Referring to the drawings of FIGS. 1, 5 through 7, an operation and mechanical arrangements of a driving system of the printer as one embodiment according to the present invention will be described hereinafter.
In the printer of FIG. 1, a stacker 30 is mounted on the frame 22. The stacker 30 is in the form of a box which has upper and lower open sides and is slender in a direction parallel to the platen 2. The stacker 30 includes a support 31 disposed in a front lower portion thereof for supporting the lower end of the sheet 3 with its printed face projecting up from the support 31, the support member 33 having an upper end inclined forwardly of the printer. The stacker 30 has a rear wall serving as a guide wall 35. A feed roller 36 for delivering the sheet 3 fed from the platen 2 toward the support member 33 is disposed inwardly of the guide wall 35, and rotatably supported through its shaft 36A. A flexible film 34 for pressing the sheet 3 against the feed roller 36 is also disposed inwardly of the guide wall 35.
A driving system for driving the above rollers will be described hereinafter.
As shown in FIGS. 5 and 6, a drive gear 18, a gain feed gear 40 and a feed gear 43 are co-rotatably mounted on the shafts 26A, 27A and 36A of the drive roller 26, one of the pair of rollers 27 and the feed roller 36, respectively. Those gears 18, 40 and 43 are provided on the outer side of the side frame member 22A of the frame 22. A drive motor "M" energizable by electric pulses is disposed on the outer surface of the side frame member 22A. The drive motor "M" is a stepping motor. The drive motor "M" has a motor shaft which supports a motor gear 11 held in mesh with a large diameter gear of a speed-reduction gear assembly 12 composed of two gears of different radii. A power transmitting gear 14 is rotatably supported on the side frame member 22A near the speed-reduction gear assembly 12. Rotation of the speed-reduction gear assembly 12 is transmitted from the smaller-diameter gear thereof through an idler gear 13 to the power transmitting gear 14.
The power transmitting gear 14 has an integral central shaft 14A on which a swing arm 15 is swingably mounted at its intermediate portion. The swing arm 15 is frictionally coupled to the central shaft 14A so that the swing arm 15 can swing the central shaft 14A, but the central shaft slips with respect to the swing arm 15 when the latter is stopped. Main and auxiliary swing gears 16, 17 are rotatably mounted on the opposite ends, respectively, of the swing arm 15, and are held in mesh with the power transmitting gear 14.

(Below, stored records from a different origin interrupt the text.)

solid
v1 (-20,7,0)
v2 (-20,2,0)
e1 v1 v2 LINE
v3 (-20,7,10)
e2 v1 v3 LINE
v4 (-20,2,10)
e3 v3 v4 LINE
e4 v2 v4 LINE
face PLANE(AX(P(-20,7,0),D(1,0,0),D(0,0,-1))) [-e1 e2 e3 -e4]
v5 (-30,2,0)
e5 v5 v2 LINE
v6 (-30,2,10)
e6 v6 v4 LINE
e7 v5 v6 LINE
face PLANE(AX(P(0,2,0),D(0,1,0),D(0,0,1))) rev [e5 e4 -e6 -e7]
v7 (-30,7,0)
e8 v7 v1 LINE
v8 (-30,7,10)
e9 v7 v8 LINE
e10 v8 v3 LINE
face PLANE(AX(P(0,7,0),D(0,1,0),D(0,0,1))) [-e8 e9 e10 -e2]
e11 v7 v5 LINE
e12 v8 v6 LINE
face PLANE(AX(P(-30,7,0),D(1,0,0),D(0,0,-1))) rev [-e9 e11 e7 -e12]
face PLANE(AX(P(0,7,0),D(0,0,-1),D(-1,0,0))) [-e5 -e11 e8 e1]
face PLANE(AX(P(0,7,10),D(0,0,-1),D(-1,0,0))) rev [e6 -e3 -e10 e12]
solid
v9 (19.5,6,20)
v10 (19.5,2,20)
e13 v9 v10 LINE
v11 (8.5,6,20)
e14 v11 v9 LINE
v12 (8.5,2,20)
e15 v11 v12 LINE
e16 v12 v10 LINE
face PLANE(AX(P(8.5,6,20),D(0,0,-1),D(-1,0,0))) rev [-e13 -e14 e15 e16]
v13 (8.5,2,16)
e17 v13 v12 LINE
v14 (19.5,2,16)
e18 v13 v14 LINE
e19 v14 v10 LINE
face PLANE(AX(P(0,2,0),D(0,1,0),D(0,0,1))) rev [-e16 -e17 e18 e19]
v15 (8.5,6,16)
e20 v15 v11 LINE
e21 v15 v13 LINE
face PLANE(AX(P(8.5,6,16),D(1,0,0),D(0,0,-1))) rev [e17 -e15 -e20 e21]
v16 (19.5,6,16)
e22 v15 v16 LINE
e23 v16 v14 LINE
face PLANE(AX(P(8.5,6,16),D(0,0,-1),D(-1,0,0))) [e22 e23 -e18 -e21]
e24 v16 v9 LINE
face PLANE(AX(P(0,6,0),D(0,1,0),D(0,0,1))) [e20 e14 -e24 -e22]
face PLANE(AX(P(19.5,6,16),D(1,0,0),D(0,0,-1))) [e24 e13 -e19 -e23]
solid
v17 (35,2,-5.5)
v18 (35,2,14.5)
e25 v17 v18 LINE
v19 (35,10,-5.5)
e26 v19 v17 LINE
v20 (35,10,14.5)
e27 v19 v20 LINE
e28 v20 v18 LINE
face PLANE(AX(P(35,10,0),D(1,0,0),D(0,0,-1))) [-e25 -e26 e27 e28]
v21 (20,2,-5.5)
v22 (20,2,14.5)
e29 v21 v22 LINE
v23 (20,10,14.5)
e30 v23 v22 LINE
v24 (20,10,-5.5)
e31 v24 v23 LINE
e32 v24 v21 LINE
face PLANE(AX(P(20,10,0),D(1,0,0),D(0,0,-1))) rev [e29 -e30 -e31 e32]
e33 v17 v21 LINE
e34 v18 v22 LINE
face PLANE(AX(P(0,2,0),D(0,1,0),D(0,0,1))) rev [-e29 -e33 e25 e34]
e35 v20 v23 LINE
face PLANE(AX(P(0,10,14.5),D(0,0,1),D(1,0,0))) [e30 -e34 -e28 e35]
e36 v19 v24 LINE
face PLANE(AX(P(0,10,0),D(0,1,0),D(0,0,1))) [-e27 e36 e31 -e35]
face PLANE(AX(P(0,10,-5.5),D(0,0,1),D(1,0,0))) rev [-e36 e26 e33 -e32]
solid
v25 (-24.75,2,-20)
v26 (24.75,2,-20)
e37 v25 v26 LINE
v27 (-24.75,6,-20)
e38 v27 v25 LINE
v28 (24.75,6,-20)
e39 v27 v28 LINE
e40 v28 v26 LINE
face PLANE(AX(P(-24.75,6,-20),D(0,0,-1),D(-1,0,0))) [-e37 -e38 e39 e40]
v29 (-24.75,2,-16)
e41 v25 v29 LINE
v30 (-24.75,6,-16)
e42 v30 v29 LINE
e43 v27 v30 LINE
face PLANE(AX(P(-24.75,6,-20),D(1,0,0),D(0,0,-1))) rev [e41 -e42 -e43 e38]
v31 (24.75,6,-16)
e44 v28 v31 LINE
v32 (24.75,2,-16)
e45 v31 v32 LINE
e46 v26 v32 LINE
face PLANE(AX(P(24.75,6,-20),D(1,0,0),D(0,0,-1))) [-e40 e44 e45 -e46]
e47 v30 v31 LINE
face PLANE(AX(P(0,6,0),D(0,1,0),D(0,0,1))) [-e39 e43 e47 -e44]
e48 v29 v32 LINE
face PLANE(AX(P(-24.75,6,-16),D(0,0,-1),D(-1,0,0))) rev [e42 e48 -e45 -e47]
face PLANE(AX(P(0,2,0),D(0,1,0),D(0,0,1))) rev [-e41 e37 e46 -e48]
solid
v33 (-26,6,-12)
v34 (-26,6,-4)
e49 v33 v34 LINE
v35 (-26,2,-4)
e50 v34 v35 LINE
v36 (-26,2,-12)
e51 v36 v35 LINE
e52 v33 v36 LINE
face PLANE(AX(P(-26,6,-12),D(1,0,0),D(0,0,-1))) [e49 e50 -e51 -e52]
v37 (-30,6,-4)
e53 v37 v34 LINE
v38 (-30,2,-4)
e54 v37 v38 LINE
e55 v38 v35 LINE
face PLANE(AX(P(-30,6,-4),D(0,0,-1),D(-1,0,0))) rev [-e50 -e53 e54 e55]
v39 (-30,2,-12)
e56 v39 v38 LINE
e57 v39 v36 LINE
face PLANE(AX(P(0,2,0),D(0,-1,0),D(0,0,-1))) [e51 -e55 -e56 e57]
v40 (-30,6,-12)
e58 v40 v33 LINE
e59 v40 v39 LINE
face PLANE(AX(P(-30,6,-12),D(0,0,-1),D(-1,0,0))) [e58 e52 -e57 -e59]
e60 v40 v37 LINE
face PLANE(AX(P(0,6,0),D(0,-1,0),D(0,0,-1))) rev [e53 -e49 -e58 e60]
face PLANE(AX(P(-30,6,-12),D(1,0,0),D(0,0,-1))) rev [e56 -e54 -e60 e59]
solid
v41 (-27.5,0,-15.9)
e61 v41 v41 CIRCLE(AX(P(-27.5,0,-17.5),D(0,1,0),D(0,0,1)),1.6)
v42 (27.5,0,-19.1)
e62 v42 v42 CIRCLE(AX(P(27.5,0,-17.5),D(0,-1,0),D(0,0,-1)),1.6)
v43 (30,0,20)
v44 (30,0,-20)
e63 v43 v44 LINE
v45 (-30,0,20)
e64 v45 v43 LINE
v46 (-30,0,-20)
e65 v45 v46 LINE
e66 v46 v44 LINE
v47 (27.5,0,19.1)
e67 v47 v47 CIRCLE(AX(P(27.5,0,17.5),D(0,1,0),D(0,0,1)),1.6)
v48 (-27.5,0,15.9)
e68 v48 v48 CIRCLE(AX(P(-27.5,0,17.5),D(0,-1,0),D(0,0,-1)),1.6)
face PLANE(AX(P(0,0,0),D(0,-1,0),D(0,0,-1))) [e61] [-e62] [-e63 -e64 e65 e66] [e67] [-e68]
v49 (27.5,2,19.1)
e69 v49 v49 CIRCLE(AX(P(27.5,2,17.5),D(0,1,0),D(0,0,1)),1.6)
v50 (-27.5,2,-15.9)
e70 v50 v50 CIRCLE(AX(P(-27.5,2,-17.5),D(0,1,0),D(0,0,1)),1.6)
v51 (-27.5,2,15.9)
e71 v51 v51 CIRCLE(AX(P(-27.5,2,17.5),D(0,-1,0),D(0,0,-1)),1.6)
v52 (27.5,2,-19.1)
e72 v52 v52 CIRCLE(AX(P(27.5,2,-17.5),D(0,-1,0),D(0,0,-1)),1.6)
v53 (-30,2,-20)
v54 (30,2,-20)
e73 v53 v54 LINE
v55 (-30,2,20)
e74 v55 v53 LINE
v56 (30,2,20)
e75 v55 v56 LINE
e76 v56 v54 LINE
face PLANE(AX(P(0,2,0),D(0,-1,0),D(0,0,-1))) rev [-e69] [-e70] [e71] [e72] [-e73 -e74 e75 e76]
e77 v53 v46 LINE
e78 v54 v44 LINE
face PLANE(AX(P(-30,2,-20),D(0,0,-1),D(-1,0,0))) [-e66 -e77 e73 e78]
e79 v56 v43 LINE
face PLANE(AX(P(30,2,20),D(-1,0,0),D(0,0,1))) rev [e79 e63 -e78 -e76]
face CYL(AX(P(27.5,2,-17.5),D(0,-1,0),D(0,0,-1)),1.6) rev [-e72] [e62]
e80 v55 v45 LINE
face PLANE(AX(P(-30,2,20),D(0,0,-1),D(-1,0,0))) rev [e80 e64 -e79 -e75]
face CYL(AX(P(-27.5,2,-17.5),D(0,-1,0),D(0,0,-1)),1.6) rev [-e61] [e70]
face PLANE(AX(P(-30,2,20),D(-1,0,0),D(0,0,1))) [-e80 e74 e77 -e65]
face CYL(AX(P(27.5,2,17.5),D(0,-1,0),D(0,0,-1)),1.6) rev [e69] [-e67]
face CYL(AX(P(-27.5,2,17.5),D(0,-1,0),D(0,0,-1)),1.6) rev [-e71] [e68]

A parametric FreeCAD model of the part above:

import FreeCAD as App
import Part
import Sketcher

doc = App.newDocument("Part")
body = doc.addObject("PartDesign::Body", "Body")

# Sketch on XZ plane
sketch1 = body.newObject("Sketcher::SketchObject", "Sketch")
sketch1.AttachmentSupport = (doc.getObject("XZ_Plane"), [""])
sketch1.MapMode = "FlatFace"
sketch1.addGeometry(Part.LineSegment(App.Vector(-30, -20, 0), App.Vector(-30, 20, 0)), False)
sketch1.addGeometry(Part.LineSegment(App.Vector(-30, 20, 0), App.Vector(30, 20, 0)), False)
sketch1.addGeometry(Part.LineSegment(App.Vector(30, 20, 0), App.Vector(30, -20, 0)), False)
sketch1.addGeometry(Part.LineSegment(App.Vector(30, -20, 0), App.Vector(-30, -20, 0)), False)
sketch1.addGeometry(Part.Circle(App.Vector(-27.5, 17.5, 0), App.Vector(0, 0, 1), 1.6), False)
sketch1.addGeometry(Part.Circle(App.Vector(27.5, 17.5, 0), App.Vector(0, 0, 1), 1.6), False)
sketch1.addGeometry(Part.Circle(App.Vector(-27.5, -17.5, 0), App.Vector(0, 0, 1), 1.6), False)
sketch1.addGeometry(Part.Circle(App.Vector(27.5, -17.5, 0), App.Vector(0, 0, 1), 1.6), False)
sketch1.addConstraint(Sketcher.Constraint("Coincident", 0, 2, 1, 1))
sketch1.addConstraint(Sketcher.Constraint("Coincident", 1, 2, 2, 1))
sketch1.addConstraint(Sketcher.Constraint("Coincident", 2, 2, 3, 1))
sketch1.addConstraint(Sketcher.Constraint("Coincident", 3, 2, 0, 1))
sketch1.addConstraint(Sketcher.Constraint("Vertical", 0))
sketch1.addConstraint(Sketcher.Constraint("Horizontal", 1))
sketch1.addConstraint(Sketcher.Constraint("Vertical", 2))
sketch1.addConstraint(Sketcher.Constraint("Horizontal", 3))
sketch1.addConstraint(Sketcher.Constraint("Equal", 4, 5))
sketch1.addConstraint(Sketcher.Constraint("Equal", 5, 6))
sketch1.addConstraint(Sketcher.Constraint("Equal", 6, 7))
sketch1.addConstraint(Sketcher.Constraint("Symmetric", 5, 3, 6, 3, -1, 1))
sketch1.addConstraint(Sketcher.Constraint("Symmetric", 4, 3, 7, 3, -1, 1))
sketch1.addConstraint(Sketcher.Constraint("Symmetric", 0, 2, 2, 2, -1, 1))
sketch1.addConstraint(Sketcher.Constraint("Symmetric", 4, 3, 5, 3, -2))
sketch1.addConstraint(Sketcher.Constraint("Diameter", 4, 3.2))
sketch1.addConstraint(Sketcher.Constraint("DistanceX", 1, 1, 1, 2, 60.0))
sketch1.addConstraint(Sketcher.Constraint("DistanceY", 0, 1, 0, 2, 40.0))
sketch1.addConstraint(Sketcher.Constraint("DistanceX", 4, 3, 5, 3, 55.0))
sketch1.addConstraint(Sketcher.Constraint("DistanceY", 6, 3, 4, 3, 35.0))
pad1 = body.newObject("PartDesign::Pad", "Pad")
pad1.Profile = sketch1
pad1.Length = 2
pad1.Reversed = True
body2 = doc.addObject("PartDesign::Body", "Body001")

# Sketch on XZ plane
sketch2 = body2.newObject("Sketcher::SketchObject", "Sketch001")
sketch2.AttachmentSupport = (doc.getObject("XZ_Plane001"), [""])
sketch2.MapMode = "FlatFace"
sketch2.AttachmentOffset = App.Placement(App.Vector(0, 0, -2), App.Rotation())
sketch2.addGeometry(Part.LineSegment(App.Vector(-24.75, -20, 0), App.Vector(-24.75, -16, 0)), False)
sketch2.addGeometry(Part.LineSegment(App.Vector(-24.75, -16, 0), App.Vector(24.75, -16, 0)), False)
sketch2.addGeometry(Part.LineSegment(App.Vector(24.75, -16, 0), App.Vector(24.75, -20, 0)), False)
sketch2.addGeometry(Part.LineSegment(App.Vector(24.75, -20, 0), App.Vector(-24.75, -20, 0)), False)
sketch2.addConstraint(Sketcher.Constraint("Coincident", 0, 2, 1, 1))
sketch2.addConstraint(Sketcher.Constraint("Coincident", 1, 2, 2, 1))
sketch2.addConstraint(Sketcher.Constraint("Coincident", 2, 2, 3, 1))
sketch2.addConstraint(Sketcher.Constraint("Coincident", 3, 2, 0, 1))
sketch2.addConstraint(Sketcher.Constraint("Vertical", 0))
sketch2.addConstraint(Sketcher.Constraint("Horizontal", 1))
sketch2.addConstraint(Sketcher.Constraint("Vertical", 2))
sketch2.addConstraint(Sketcher.Constraint("Horizontal", 3))
sketch2.addConstraint(Sketcher.Constraint("DistanceY", 0, 1, 0, 2, 4.0))
sketch2.addConstraint(Sketcher.Constraint("DistanceX", 1, 1, 1, 2, 49.5))
sketch2.addConstraint(Sketcher.Constraint("DistanceY", 0, 2, -1, 1, 16.0))
sketch2.addConstraint(Sketcher.Constraint("DistanceX", 0, 2, -1, 1, 24.75))
pad2 = body2.newObject("PartDesign::Pad", "Pad001")
pad2.Profile = sketch2
pad2.Length = 4
pad2.Reversed = True
body3 = doc.addObject("PartDesign::Body", "Body002")

# Sketch on XZ plane
sketch3 = body3.newObject("Sketcher::SketchObject", "Sketch002")
sketch3.AttachmentSupport = (doc.getObject("XZ_Plane002"), [""])
sketch3.MapMode = "FlatFace"
sketch3.AttachmentOffset = App.Placement(App.Vector(0, 0, -2), App.Rotation())
sketch3.addGeometry(Part.LineSegment(App.Vector(-30, -12, 0), App.Vector(-30, -4, 0)), False)
sketch3.addGeometry(Part.LineSegment(App.Vector(-30, -4, 0), App.Vector(-26, -4, 0)), False)
sketch3.addGeometry(Part.LineSegment(App.Vector(-26, -4, 0), App.Vector(-26, -12, 0)), False)
sketch3.addGeometry(Part.LineSegment(App.Vector(-26, -12, 0), App.Vector(-30, -12, 0)), False)
sketch3.addConstraint(Sketcher.Constraint("Coincident", 0, 2, 1, 1))
sketch3.addConstraint(Sketcher.Constraint("Coincident", 1, 2, 2, 1))
sketch3.addConstraint(Sketcher.Constraint("Coincident", 2, 2, 3, 1))
sketch3.addConstraint(Sketcher.Constraint("Coincident", 3, 2, 0, 1))
sketch3.addConstraint(Sketcher.Constraint("Vertical", 0))
sketch3.addConstraint(Sketcher.Constraint("Horizontal", 1))
sketch3.addConstraint(Sketcher.Constraint("Vertical", 2))
sketch3.addConstraint(Sketcher.Constraint("Horizontal", 3))
sketch3.addConstraint(Sketcher.Constraint("DistanceX", 1, 1, 1, 2, 4.0))
sketch3.addConstraint(Sketcher.Constraint("DistanceY", 0, 1, 0, 2, 8.0))
sketch3.addConstraint(Sketcher.Constraint("DistanceX", 0, 2, -1, 1, 30.0))
sketch3.addConstraint(Sketcher.Constraint("DistanceY", 0, 2, -1, 1, 4.0))
pad3 = body3.newObject("PartDesign::Pad", "Pad002")
pad3.Profile = sketch3
pad3.Length = 4
pad3.Reversed = True
body4 = doc.addObject("PartDesign::Body", "Body003")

Between the auxiliary swing gear 17 and the main feed gear 40, there are rotatably supported a pair of larger- and smaller-diameter idle gears 19, 20 for transmitting rotation of the auxiliary swing gear 17 to the main feed gear 40.

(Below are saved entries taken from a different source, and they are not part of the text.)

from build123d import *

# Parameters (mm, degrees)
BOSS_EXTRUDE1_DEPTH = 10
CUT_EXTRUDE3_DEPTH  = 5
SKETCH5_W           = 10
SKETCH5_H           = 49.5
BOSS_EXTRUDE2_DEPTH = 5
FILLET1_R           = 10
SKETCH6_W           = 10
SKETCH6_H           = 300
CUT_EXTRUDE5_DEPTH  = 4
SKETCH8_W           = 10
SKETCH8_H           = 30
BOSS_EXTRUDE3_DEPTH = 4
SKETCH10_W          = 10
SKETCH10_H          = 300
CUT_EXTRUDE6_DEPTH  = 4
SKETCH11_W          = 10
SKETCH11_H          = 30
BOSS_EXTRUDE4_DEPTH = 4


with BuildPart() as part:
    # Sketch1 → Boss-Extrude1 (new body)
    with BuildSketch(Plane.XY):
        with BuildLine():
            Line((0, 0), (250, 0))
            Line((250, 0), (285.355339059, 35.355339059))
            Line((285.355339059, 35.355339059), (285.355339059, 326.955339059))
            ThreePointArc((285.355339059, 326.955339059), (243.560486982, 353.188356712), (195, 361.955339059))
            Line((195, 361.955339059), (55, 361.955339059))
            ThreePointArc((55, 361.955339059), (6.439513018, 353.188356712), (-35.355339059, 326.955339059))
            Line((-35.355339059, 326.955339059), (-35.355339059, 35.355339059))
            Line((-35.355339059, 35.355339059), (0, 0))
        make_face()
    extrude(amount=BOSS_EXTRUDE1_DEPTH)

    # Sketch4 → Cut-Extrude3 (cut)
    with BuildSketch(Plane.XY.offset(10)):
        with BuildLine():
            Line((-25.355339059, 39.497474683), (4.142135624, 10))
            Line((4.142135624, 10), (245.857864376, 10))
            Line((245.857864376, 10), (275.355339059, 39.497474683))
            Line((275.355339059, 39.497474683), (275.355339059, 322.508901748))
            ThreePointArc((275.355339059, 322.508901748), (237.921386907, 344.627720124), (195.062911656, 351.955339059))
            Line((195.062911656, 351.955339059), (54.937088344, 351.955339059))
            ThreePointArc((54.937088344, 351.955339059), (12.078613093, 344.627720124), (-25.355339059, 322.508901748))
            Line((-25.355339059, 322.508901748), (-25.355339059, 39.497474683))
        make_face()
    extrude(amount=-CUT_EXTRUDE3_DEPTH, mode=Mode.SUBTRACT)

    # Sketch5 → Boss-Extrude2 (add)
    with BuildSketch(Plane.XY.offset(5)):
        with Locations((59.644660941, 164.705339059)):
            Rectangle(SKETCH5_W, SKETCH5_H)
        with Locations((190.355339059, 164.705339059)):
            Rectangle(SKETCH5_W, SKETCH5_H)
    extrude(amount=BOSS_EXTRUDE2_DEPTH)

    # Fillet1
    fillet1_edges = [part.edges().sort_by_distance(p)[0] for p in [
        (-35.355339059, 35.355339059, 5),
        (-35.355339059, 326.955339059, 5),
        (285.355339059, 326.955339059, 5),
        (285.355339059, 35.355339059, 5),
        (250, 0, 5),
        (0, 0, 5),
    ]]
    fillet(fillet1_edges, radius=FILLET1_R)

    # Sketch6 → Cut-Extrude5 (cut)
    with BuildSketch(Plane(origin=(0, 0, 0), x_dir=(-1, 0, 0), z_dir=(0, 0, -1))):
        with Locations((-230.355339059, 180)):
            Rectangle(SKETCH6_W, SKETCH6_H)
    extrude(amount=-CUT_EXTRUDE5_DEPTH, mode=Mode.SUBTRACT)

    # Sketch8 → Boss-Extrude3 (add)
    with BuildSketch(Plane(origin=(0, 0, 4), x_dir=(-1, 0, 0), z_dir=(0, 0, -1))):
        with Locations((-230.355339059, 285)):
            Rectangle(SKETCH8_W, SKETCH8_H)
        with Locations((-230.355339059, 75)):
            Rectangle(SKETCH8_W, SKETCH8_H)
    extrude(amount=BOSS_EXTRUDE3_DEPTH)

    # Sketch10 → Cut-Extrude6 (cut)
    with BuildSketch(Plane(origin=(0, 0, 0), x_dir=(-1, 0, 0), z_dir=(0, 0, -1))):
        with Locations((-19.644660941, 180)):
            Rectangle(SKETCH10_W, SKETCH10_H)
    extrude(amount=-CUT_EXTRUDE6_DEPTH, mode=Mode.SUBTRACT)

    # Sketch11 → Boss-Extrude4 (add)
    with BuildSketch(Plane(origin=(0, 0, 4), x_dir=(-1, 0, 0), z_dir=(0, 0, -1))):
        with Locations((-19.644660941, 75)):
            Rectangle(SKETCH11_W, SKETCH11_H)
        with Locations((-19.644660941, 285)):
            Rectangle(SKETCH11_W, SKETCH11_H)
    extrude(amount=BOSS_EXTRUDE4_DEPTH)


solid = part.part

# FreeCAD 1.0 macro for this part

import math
import FreeCAD as App
import Part
import Sketcher
Q = App.Units.Quantity


def edges_at(feature, points):
    """Names of the edges that pass closest to the given points."""
    edges = feature.Shape.Edges
    near = lambda p: min(range(len(edges)), key=lambda i: edges[i].distToShape(Part.Vertex(*p))[0])
    return sorted({f"Edge{near(p) + 1}" for p in points})


def add_polygon(sketch, points):
    """Adds a closed chain of lines whose ends are joined by coincident constraints."""
    first, n = sketch.GeometryCount, len(points)
    for a, b in zip(points, points[1:] + points[:1]):
        sketch.addGeometry(Part.LineSegment(App.Vector(*a, 0), App.Vector(*b, 0)), False)
    for i in range(n):
        sketch.addConstraint(Sketcher.Constraint("Coincident", first + i, 2, first + (i + 1) % n, 1))

doc = App.newDocument("Part")
params = doc.addObject("Spreadsheet::Sheet", "Params")
for row, (alias, value) in enumerate([
    ("sketch1_radius", "130 mm"),
    ("sketch1_width", "250 mm"),
    ("sketch1_width2", "140 mm"),
    ("sketch1_length", "50 mm"),
    ("sketch1_height", "291.6 mm"),
    ("pad1_length", "10 mm"),
    ("sketch2_radius", "120 mm"),
    ("pocket1_length", "5 mm"),
    ("sketch3_width", "10 mm"),
    ("sketch3_height", "49.5 mm"),
    ("pad2_length", "5 mm"),
    ("fillet_radius", "10 mm"),
    ("sketch4_width", "10 mm"),
    ("sketch4_height", "300 mm"),
    ("pocket2_length", "4 mm"),
    ("sketch5_width", "10 mm"),
    ("sketch5_height", "30 mm"),
    ("pad3_length", "4 mm"),
    ("sketch6_width", "10 mm"),
    ("sketch6_height", "300 mm"),
    ("pocket3_length", "4 mm"),
    ("sketch7_width", "10 mm"),
    ("sketch7_height", "30 mm"),
    ("pad4_length", "4 mm"),
], start=1):
    params.set(f"A{row}", alias)
    params.set(f"B{row}", "=" + value)
    params.setAlias(f"B{row}", alias)

body = doc.addObject("PartDesign::Body", "Body")

# Sketch on XY plane
sketch1 = body.newObject("Sketcher::SketchObject", "Sketch")
sketch1.AttachmentSupport = (doc.getObject("XY_Plane"), [""])
sketch1.MapMode = "FlatFace"
sketch1.addGeometry(Part.LineSegment(App.Vector(0, 0, 0), App.Vector(250, 0, 0)), False)
sketch1.addGeometry(Part.LineSegment(App.Vector(250, 0, 0), App.Vector(285, 35, 0)), False)
sketch1.addGeometry(Part.LineSegment(App.Vector(285, 35, 0), App.Vector(285, 327, 0)), False)
sketch1.addGeometry(Part.ArcOfCircle(Part.Circle(App.Vector(197, 232, 0), App.Vector(0, 0, 1), 130), math.radians(47), math.radians(91)), False)
sketch1.addGeometry(Part.LineSegment(App.Vector(195, 362, 0), App.Vector(55, 362, 0)), False)
sketch1.addGeometry(Part.ArcOfCircle(Part.Circle(App.Vector(53, 232, 0), App.Vector(0, 0, 1), 130), math.radians(89), math.radians(133)), False)
sketch1.addGeometry(Part.LineSegment(App.Vector(-35, 327, 0), App.Vector(-35, 35, 0)), False)
sketch1.addGeometry(Part.LineSegment(App.Vector(-35, 35, 0), App.Vector(0, 0, 0)), False)
sketch1.addConstraint(Sketcher.Constraint("Coincident", 0, 2, 1, 1))
sketch1.addConstraint(Sketcher.Constraint("Coincident", 1, 2, 2, 1))
sketch1.addConstraint(Sketcher.Constraint("Coincident", 2, 2, 3, 1))
sketch1.addConstraint(Sketcher.Constraint("Coincident", 3, 2, 4, 1))
sketch1.addConstraint(Sketcher.Constraint("Coincident", 4, 2, 5, 1))
sketch1.addConstraint(Sketcher.Constraint("Coincident", 5, 2, 6, 1))
sketch1.addConstraint(Sketcher.Constraint("Coincident", 6, 2, 7, 1))
sketch1.addConstraint(Sketcher.Constraint("Coincident", 7, 2, 0, 1))
sketch1.addConstraint(Sketcher.Constraint("Horizontal", 0))
sketch1.addConstraint(Sketcher.Constraint("Vertical", 2))
sketch1.addConstraint(Sketcher.Constraint("Horizontal", 4))
sketch1.addConstraint(Sketcher.Constraint("Vertical", 6))
sketch1.addConstraint(Sketcher.Constraint("Coincident", 7, 2, -1, 1))
sketch1.addConstraint(Sketcher.Constraint("Equal", 3, 5))
sketch1.addConstraint(Sketcher.Constraint("Perpendicular", 1, 7))
sketch1.addConstraint(Sketcher.Constraint("Horizontal", 3, 3, 5, 3))
sketch1.addConstraint(Sketcher.Constraint("Horizontal", 2, 2, 5, 2))
sketch1.addConstraint(Sketcher.Constraint("Horizontal", 1, 2, 6, 2))
sketch1.addConstraint(Sketcher.Constraint("Equal", 1, 7))
sketch1.addConstraint(Sketcher.Constraint("Radius", 3, Q("130 mm")))
sketch1.addConstraint(Sketcher.Constraint("DistanceX", 0, 1, 0, 2, Q("250 mm")))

As shown in FIGS. 5 and 7, the main swing gear 16 is in alternative mesh with the drive gear 18 or the larger-diameter gear 19 depending on swinging movement of the swing arm 15. The auxiliary swing gear 17 is selectively brought into and out of mesh with the smaller diameter idler gear 20 depending on swinging movement of the swing arm 15. When the main swing gear 16 meshes with the drive gear 18, the auxiliary swing gear 17 meshes with the idler gear 20. When the main swing gear 16 is in mesh with the idler gear 19, the auxiliary swing gear 17 is kept out of mesh with the idler gear 20. Therefore, the idler gear 19 is always kept in driven relation to the power transmitting gear 14 through either the main swing gear 16 or the auxiliary swing gear 17 and the idler gear 20.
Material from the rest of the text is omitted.